Top of PROVIDED DATA
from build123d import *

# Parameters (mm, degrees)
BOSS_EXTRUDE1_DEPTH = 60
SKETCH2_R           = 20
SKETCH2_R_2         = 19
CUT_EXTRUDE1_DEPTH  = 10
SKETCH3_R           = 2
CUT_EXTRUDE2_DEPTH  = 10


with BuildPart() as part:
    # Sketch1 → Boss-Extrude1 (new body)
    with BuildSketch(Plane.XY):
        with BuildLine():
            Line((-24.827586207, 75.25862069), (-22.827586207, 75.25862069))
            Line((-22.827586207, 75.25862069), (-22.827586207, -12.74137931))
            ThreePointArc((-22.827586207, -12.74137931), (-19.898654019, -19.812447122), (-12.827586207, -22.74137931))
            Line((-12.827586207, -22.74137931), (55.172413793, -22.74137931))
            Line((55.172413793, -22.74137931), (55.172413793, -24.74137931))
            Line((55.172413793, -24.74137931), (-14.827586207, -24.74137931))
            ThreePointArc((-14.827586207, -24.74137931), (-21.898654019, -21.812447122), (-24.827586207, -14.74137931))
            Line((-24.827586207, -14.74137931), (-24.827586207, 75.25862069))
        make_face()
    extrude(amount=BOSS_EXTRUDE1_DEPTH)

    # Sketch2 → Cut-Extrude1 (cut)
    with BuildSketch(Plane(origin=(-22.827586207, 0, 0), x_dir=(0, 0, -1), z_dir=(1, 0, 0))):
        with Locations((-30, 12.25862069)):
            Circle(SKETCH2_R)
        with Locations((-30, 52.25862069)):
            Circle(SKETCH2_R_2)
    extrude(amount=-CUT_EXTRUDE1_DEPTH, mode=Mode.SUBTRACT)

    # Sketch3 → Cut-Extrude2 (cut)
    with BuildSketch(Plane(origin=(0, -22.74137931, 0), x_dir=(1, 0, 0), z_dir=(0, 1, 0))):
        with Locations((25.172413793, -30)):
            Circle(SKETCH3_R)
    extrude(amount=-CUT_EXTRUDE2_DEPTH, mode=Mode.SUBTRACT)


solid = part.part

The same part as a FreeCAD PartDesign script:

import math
import FreeCAD as App
import Part
import Sketcher
from FreeCAD import Vector

doc = App.newDocument("Part")
params = doc.addObject("Spreadsheet::Sheet", "Params")
for row, (alias, value) in enumerate([
    ("sketch1_radius", "10 mm"),
    ("sketch1_width", "2 mm"),
    ("sketch1_width2", "70 mm"),
    ("sketch1_height", "90 mm"),
    ("pad1_length", "60 mm"),
    ("sketch2_diameter", "40 mm"),
    ("sketch2_diameter2", "38 mm"),
    ("pocket1_length", "10 mm"),
    ("sketch3_diameter", "4 mm"),
    ("pocket2_length", "10 mm"),
], start=1):
    params.set(f"A{row}", alias)
    params.set(f"B{row}", "=" + value)
    params.setAlias(f"B{row}", alias)

body = doc.addObject("PartDesign::Body", "Body")

# Sketch on XY plane
sketch1 = doc.addObject("Sketcher::SketchObject", "Sketch")
body.addObject(sketch1)
sketch1.AttachmentSupport = (doc.XY_Plane, [""])
sketch1.MapMode = "FlatFace"
sketch1.addGeometry(Part.LineSegment(Vector(-22.8, 75.3, 0), Vector(-24.8, 75.3, 0)), False)
sketch1.addGeometry(Part.LineSegment(Vector(-24.8, 75.3, 0), Vector(-24.8, -14.7, 0)), False)
sketch1.addGeometry(Part.ArcOfCircle(Part.Circle(Vector(-14.8, -14.7, 0), Vector(0, 0, 1), 10), math.radians(180), math.radians(270)), False)
sketch1.addGeometry(Part.LineSegment(Vector(-14.8, -24.7, 0), Vector(55.2, -24.7, 0)), False)
sketch1.addGeometry(Part.LineSegment(Vector(55.2, -24.7, 0), Vector(55.2, -22.7, 0)), False)
sketch1.addGeometry(Part.LineSegment(Vector(55.2, -22.7, 0), Vector(-12.8, -22.7, 0)), False)
sketch1.addGeometry(Part.ArcOfCircle(Part.Circle(Vector(-12.8, -12.7, 0), Vector(0, 0, 1), 10), math.radians(180), math.radians(270)), False)
sketch1.addGeometry(Part.LineSegment(Vector(-22.8, -12.7, 0), Vector(-22.8, 75.3, 0)), False)
sketch1.addConstraint(Sketcher.Constraint("Coincident", 0, 2, 1, 1))
sketch1.addConstraint(Sketcher.Constraint("Tangent", 1, 2, 2, 1))
sketch1.addConstraint(Sketcher.Constraint("Tangent", 2, 2, 3, 1))
sketch1.addConstraint(Sketcher.Constraint("Coincident", 3, 2, 4, 1))
sketch1.addConstraint(Sketcher.Constraint("Coincident", 4, 2, 5, 1))
sketch1.addConstraint(Sketcher.Constraint("Tangent", 5, 2, 6, 2))
sketch1.addConstraint(Sketcher.Constraint("Tangent", 6, 1, 7, 1))
sketch1.addConstraint(Sketcher.Constraint("Coincident", 7, 2, 0, 1))
sketch1.addConstraint(Sketcher.Constraint("Horizontal", 0))
sketch1.addConstraint(Sketcher.Constraint("Vertical", 1))
sketch1.addConstraint(Sketcher.Constraint("Horizontal", 3))
sketch1.addConstraint(Sketcher.Constraint("Vertical", 4))
sketch1.addConstraint(Sketcher.Constraint("Horizontal", 5))
sketch1.addConstraint(Sketcher.Constraint("Vertical", 7))
sketch1.addConstraint(Sketcher.Constraint("Equal", 2, 6))
sketch1.addConstraint(Sketcher.Constraint("Equal", 0, 4))
sketch1.addConstraint(Sketcher.Constraint("Radius", 2, 10.0))
sketch1.addConstraint(Sketcher.Constraint("DistanceX", 0, 2, 0, 1, 2.0))
sketch1.addConstraint(Sketcher.Constraint("DistanceX", 3, 1, 3, 2, 70.0))
sketch1.addConstraint(Sketcher.Constraint("DistanceY", 1, 2, 1, 1, 90.0))
sketch1.addConstraint(Sketcher.Constraint("DistanceY", 2, 3, -1, 1, 14.741379))
sketch1.addConstraint(Sketcher.Constraint("DistanceX", 2, 3, -1, 1, 14.827586))
sketch1.setExpression("Constraints[16]", "Params.sketch1_radius")
sketch1.setExpression("Constraints[17]", "Params.sketch1_width")
sketch1.setExpression("Constraints[18]", "Params.sketch1_width2")
sketch1.setExpression("Constraints[19]", "Params.sketch1_height")
pad1 = doc.addObject("PartDesign::Pad", "Pad")
body.addObject(pad1)
pad1.Profile = sketch1
pad1.setExpression("Length", "Params.pad1_length")

# Sketch on YZ plane
sketch2 = doc.addObject("Sketcher::SketchObject", "Sketch001")
body.addObject(sketch2)
sketch2.AttachmentSupport = (doc.YZ_Plane, [""])
sketch2.MapMode = "FlatFace"
sketch2.AttachmentOffset = App.Placement(Vector(0, 0, -22.827586), App.Rotation())
sketch2.addGeometry(Part.Circle(Vector(12, 30, 0), Vector(0, 0, 1), 20), False)
sketch2.addGeometry(Part.Circle(Vector(52, 30, 0), Vector(0, 0, 1), 19), False)
sketch2.addConstraint(Sketcher.Constraint("Horizontal", 0, 3, 1, 3))
sketch2.addConstraint(Sketcher.Constraint("Diameter", 0, 40.0))
sketch2.addConstraint(Sketcher.Constraint("Diameter", 1, 38.0))
sketch2.addConstraint(Sketcher.Constraint("DistanceY", -1, 1, 0, 3, 30.0))
sketch2.addConstraint(Sketcher.Constraint("DistanceX", 0, 3, 1, 3, 40.0))
sketch2.addConstraint(Sketcher.Constraint("DistanceX", -1, 1, 0, 3, 12.258621))
sketch2.setExpression("Constraints[1]", "Params.sketch2_diameter")
sketch2.setExpression("Constraints[2]", "Params.sketch2_diameter2")
pocket1 = doc.addObject("PartDesign::Pocket", "Pocket")
body.addObject(pocket1)
pocket1.Profile = sketch2
pocket1.setExpression("Length", "Params.pocket1_length")

# Sketch on XZ plane
sketch3 = doc.addObject("Sketcher::SketchObject", "Sketch002")
body.addObject(sketch3)
sketch3.AttachmentSupport = (doc.XZ_Plane, [""])
sketch3.MapMode = "FlatFace"
sketch3.AttachmentOffset = App.Placement(Vector(0, 0, 22.741379), App.Rotation())
sketch3.addGeometry(Part.Circle(Vector(25.2, 30, 0), Vector(0, 0, 1), 2), False)
sketch3.addConstraint(Sketcher.Constraint("Diameter", 0, 4.0))
sketch3.addConstraint(Sketcher.Constraint("DistanceY", -1, 1, 0, 3, 30.0))
sketch3.addConstraint(Sketcher.Constraint("DistanceX", -1, 1, 0, 3, 25.172414))
sketch3.setExpression("Constraints[0]", "Params.sketch3_diameter")
pocket2 = doc.addObject("PartDesign::Pocket", "Pocket001")
body.addObject(pocket2)
pocket2.Profile = sketch3
pocket2.setExpression("Length", "Params.pocket2_length")
pocket2.Reversed = True

doc.recompute()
Bottom of PROVIDED DATA
### THE PROBLEM
All lines carrying the word "amount" must be copied from the data above.

### FINISHED EXERCISE
    extrude(amount=BOSS_EXTRUDE1_DEPTH)
    extrude(amount=-CUT_EXTRUDE1_DEPTH, mode=Mode.SUBTRACT)
    extrude(amount=-CUT_EXTRUDE2_DEPTH, mode=Mode.SUBTRACT)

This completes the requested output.